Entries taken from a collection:
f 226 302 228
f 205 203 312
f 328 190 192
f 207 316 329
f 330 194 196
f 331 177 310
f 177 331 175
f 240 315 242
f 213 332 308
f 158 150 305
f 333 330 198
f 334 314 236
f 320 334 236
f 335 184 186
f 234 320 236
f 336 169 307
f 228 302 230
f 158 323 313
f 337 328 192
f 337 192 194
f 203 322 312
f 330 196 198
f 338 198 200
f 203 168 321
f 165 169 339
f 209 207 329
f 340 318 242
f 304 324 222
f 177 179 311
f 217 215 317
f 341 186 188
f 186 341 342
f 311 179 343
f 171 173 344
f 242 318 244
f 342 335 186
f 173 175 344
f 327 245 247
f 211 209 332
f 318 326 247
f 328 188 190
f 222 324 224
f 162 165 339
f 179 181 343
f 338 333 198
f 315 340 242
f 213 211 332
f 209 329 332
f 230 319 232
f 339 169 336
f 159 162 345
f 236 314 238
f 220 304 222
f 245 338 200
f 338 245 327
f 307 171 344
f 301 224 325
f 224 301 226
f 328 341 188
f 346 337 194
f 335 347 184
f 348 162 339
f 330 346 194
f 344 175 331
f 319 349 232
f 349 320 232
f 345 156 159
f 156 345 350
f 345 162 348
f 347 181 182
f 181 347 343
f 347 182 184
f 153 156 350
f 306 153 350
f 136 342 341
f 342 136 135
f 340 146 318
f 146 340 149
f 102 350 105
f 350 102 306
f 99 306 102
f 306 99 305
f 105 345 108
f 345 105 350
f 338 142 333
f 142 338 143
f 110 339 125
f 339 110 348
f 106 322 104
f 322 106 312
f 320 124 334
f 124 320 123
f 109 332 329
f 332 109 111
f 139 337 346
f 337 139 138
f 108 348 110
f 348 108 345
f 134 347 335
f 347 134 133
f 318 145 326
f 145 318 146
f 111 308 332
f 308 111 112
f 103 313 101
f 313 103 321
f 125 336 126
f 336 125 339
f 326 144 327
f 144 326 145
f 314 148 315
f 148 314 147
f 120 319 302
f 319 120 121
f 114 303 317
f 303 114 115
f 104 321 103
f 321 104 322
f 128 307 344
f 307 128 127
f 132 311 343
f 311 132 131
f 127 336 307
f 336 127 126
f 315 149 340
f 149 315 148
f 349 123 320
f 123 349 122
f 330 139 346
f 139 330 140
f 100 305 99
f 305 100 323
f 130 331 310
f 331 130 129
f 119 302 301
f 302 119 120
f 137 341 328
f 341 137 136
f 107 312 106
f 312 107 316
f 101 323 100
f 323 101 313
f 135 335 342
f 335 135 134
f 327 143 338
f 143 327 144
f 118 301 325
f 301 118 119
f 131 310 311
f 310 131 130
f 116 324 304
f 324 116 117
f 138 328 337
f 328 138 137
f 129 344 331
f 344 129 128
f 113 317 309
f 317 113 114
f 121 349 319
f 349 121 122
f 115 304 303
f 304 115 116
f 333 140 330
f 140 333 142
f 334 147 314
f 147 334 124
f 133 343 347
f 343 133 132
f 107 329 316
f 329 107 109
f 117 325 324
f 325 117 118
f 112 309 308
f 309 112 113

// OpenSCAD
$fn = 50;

* * *

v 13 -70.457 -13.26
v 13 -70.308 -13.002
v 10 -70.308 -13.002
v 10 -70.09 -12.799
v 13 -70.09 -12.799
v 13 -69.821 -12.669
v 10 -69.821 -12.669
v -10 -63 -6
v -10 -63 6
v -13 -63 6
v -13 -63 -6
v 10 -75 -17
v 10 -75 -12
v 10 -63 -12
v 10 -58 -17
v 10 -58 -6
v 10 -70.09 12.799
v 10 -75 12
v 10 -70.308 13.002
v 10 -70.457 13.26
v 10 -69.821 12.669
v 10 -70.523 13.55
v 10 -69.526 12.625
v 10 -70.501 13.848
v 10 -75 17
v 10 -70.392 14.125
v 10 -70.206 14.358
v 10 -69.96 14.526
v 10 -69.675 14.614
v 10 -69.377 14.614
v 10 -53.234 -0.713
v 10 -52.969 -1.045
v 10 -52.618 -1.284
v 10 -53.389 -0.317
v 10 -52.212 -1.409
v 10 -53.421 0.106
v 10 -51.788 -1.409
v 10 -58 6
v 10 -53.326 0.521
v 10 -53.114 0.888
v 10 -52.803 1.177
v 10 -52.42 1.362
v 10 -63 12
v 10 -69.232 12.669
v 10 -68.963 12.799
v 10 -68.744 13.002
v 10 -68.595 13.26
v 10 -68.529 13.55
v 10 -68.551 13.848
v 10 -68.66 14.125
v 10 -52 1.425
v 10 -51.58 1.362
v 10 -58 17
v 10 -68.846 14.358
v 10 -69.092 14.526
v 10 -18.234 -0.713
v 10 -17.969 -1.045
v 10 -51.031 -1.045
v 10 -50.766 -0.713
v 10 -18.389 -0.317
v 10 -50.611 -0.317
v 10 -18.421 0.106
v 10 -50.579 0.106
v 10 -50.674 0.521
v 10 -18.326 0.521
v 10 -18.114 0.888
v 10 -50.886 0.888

==

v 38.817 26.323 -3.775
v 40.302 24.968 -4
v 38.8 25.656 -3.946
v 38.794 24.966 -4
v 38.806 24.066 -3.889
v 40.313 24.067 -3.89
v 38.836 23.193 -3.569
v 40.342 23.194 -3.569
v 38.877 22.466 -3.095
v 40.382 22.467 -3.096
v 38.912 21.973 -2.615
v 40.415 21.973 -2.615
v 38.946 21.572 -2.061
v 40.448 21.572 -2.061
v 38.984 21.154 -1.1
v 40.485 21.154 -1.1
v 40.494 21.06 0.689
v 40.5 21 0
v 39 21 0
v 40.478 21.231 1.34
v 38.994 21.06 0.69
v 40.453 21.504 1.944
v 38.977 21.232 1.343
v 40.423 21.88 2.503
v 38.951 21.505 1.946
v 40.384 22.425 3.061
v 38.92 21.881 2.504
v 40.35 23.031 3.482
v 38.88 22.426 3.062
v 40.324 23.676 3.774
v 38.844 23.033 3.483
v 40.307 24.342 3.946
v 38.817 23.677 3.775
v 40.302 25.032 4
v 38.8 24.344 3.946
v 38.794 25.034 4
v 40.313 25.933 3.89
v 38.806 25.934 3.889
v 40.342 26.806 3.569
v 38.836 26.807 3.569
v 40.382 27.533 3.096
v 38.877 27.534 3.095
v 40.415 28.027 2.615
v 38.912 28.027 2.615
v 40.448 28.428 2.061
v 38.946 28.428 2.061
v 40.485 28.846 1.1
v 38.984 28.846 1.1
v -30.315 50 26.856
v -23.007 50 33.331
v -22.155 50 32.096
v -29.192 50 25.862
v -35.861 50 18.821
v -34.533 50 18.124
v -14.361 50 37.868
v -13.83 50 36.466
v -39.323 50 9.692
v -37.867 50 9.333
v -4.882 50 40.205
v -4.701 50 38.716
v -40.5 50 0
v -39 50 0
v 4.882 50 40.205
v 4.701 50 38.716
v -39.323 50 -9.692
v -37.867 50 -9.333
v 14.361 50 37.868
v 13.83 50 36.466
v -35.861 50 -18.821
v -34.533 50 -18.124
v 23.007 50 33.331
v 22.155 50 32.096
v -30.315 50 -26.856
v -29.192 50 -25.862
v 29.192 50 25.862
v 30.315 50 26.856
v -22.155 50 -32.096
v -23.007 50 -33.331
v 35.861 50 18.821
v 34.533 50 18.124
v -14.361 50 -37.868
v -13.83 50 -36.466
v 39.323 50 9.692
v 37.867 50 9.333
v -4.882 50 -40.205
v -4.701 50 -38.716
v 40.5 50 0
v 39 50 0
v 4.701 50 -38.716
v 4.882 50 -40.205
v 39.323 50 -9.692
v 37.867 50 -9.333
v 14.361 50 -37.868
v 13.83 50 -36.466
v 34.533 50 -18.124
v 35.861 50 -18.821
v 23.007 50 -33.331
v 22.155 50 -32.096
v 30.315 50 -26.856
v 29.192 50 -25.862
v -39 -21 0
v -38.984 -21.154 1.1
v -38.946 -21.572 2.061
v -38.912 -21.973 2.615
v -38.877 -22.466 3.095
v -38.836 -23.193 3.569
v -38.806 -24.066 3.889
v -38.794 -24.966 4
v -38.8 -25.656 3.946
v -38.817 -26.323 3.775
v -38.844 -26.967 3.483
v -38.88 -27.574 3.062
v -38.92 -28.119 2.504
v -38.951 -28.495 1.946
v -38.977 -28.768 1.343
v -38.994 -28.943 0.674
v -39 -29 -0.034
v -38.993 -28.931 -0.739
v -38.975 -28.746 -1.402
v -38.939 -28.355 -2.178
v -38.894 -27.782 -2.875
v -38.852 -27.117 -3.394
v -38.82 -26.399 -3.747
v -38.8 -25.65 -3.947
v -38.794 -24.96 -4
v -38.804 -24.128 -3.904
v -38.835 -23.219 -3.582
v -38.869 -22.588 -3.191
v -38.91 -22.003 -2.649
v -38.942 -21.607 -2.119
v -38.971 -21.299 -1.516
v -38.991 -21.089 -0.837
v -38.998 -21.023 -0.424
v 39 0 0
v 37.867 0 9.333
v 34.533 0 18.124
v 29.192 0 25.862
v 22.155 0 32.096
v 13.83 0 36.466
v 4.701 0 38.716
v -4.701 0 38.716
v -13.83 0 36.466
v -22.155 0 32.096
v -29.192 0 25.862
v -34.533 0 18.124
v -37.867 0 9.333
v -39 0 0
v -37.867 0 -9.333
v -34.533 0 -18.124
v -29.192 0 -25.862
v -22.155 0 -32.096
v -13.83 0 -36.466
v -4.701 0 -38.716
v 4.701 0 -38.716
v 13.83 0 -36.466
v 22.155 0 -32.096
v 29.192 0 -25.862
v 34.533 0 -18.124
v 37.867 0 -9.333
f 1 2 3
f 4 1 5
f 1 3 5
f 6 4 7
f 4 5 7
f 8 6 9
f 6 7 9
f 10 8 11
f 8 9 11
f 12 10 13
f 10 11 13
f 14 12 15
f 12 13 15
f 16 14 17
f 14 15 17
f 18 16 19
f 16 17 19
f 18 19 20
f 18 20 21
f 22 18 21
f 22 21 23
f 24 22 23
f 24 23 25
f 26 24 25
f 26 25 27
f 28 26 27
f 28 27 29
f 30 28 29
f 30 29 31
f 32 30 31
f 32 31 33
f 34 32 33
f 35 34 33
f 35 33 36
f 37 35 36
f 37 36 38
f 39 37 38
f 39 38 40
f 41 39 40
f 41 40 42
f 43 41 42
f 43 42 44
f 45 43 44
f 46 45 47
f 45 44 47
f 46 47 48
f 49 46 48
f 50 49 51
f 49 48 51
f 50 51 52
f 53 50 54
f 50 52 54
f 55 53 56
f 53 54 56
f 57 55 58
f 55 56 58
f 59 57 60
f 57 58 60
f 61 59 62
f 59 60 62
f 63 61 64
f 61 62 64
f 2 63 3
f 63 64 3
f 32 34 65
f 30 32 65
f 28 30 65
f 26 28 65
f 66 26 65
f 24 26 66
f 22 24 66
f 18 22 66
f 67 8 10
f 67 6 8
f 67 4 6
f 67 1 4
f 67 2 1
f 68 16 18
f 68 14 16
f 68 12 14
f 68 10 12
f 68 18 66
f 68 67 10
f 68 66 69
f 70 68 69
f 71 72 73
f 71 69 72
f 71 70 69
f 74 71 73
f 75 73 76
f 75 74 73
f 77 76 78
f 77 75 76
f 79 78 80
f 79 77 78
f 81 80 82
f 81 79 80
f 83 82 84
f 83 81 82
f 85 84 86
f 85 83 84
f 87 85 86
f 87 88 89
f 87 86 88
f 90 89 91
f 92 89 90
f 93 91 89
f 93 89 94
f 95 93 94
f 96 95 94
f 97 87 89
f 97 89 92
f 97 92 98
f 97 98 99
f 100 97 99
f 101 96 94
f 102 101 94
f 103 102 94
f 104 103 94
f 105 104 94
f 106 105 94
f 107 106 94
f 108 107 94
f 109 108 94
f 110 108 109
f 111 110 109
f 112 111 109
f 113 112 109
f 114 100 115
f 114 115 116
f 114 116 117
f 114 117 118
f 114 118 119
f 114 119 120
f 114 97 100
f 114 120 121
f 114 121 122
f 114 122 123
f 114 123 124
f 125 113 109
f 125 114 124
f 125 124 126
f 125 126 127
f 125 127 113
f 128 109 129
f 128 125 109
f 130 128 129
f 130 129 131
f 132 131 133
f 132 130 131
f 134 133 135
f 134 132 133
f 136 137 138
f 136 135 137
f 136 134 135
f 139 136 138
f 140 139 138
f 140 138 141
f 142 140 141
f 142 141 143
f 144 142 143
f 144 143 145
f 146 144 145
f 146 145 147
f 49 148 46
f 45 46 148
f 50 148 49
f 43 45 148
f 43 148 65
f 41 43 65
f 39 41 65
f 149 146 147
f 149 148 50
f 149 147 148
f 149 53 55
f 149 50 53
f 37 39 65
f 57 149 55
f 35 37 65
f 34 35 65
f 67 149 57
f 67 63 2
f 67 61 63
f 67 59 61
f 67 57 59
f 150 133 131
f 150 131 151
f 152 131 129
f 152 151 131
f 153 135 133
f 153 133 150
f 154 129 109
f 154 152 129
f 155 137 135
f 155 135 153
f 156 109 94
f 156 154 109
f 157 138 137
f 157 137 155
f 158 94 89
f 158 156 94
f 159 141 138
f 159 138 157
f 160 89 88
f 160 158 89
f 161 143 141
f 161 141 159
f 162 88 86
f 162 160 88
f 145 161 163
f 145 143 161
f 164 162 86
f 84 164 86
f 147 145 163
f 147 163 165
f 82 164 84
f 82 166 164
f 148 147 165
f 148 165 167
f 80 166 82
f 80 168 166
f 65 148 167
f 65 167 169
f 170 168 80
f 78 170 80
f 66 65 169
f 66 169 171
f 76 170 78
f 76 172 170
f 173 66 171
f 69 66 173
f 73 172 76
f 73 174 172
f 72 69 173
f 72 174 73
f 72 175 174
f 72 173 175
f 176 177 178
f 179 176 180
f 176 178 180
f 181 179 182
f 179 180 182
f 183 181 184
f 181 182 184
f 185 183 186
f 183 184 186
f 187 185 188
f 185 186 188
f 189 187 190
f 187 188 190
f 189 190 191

**Goal of the exercise**. With the line holding "f 209 329 332" as the first and the line holding "f 348 108 345" as the last, set down that range of the entries above exactly, and nothing else.

**Reply**.
f 209 329 332
f 230 319 232
f 339 169 336
f 159 162 345
f 236 314 238
f 220 304 222
f 245 338 200
f 338 245 327
f 307 171 344
f 301 224 325
f 224 301 226
f 328 341 188
f 346 337 194
f 335 347 184
f 348 162 339
f 330 346 194
f 344 175 331
f 319 349 232
f 349 320 232
f 345 156 159
f 156 345 350
f 345 162 348
f 347 181 182
f 181 347 343
f 347 182 184
f 153 156 350
f 306 153 350
f 136 342 341
f 342 136 135
f 340 146 318
f 146 340 149
f 102 350 105
f 350 102 306
f 99 306 102
f 306 99 305
f 105 345 108
f 345 105 350
f 338 142 333
f 142 338 143
f 110 339 125
f 339 110 348
f 106 322 104
f 322 106 312
f 320 124 334
f 124 320 123
f 109 332 329
f 332 109 111
f 139 337 346
f 337 139 138
f 108 348 110
f 348 108 345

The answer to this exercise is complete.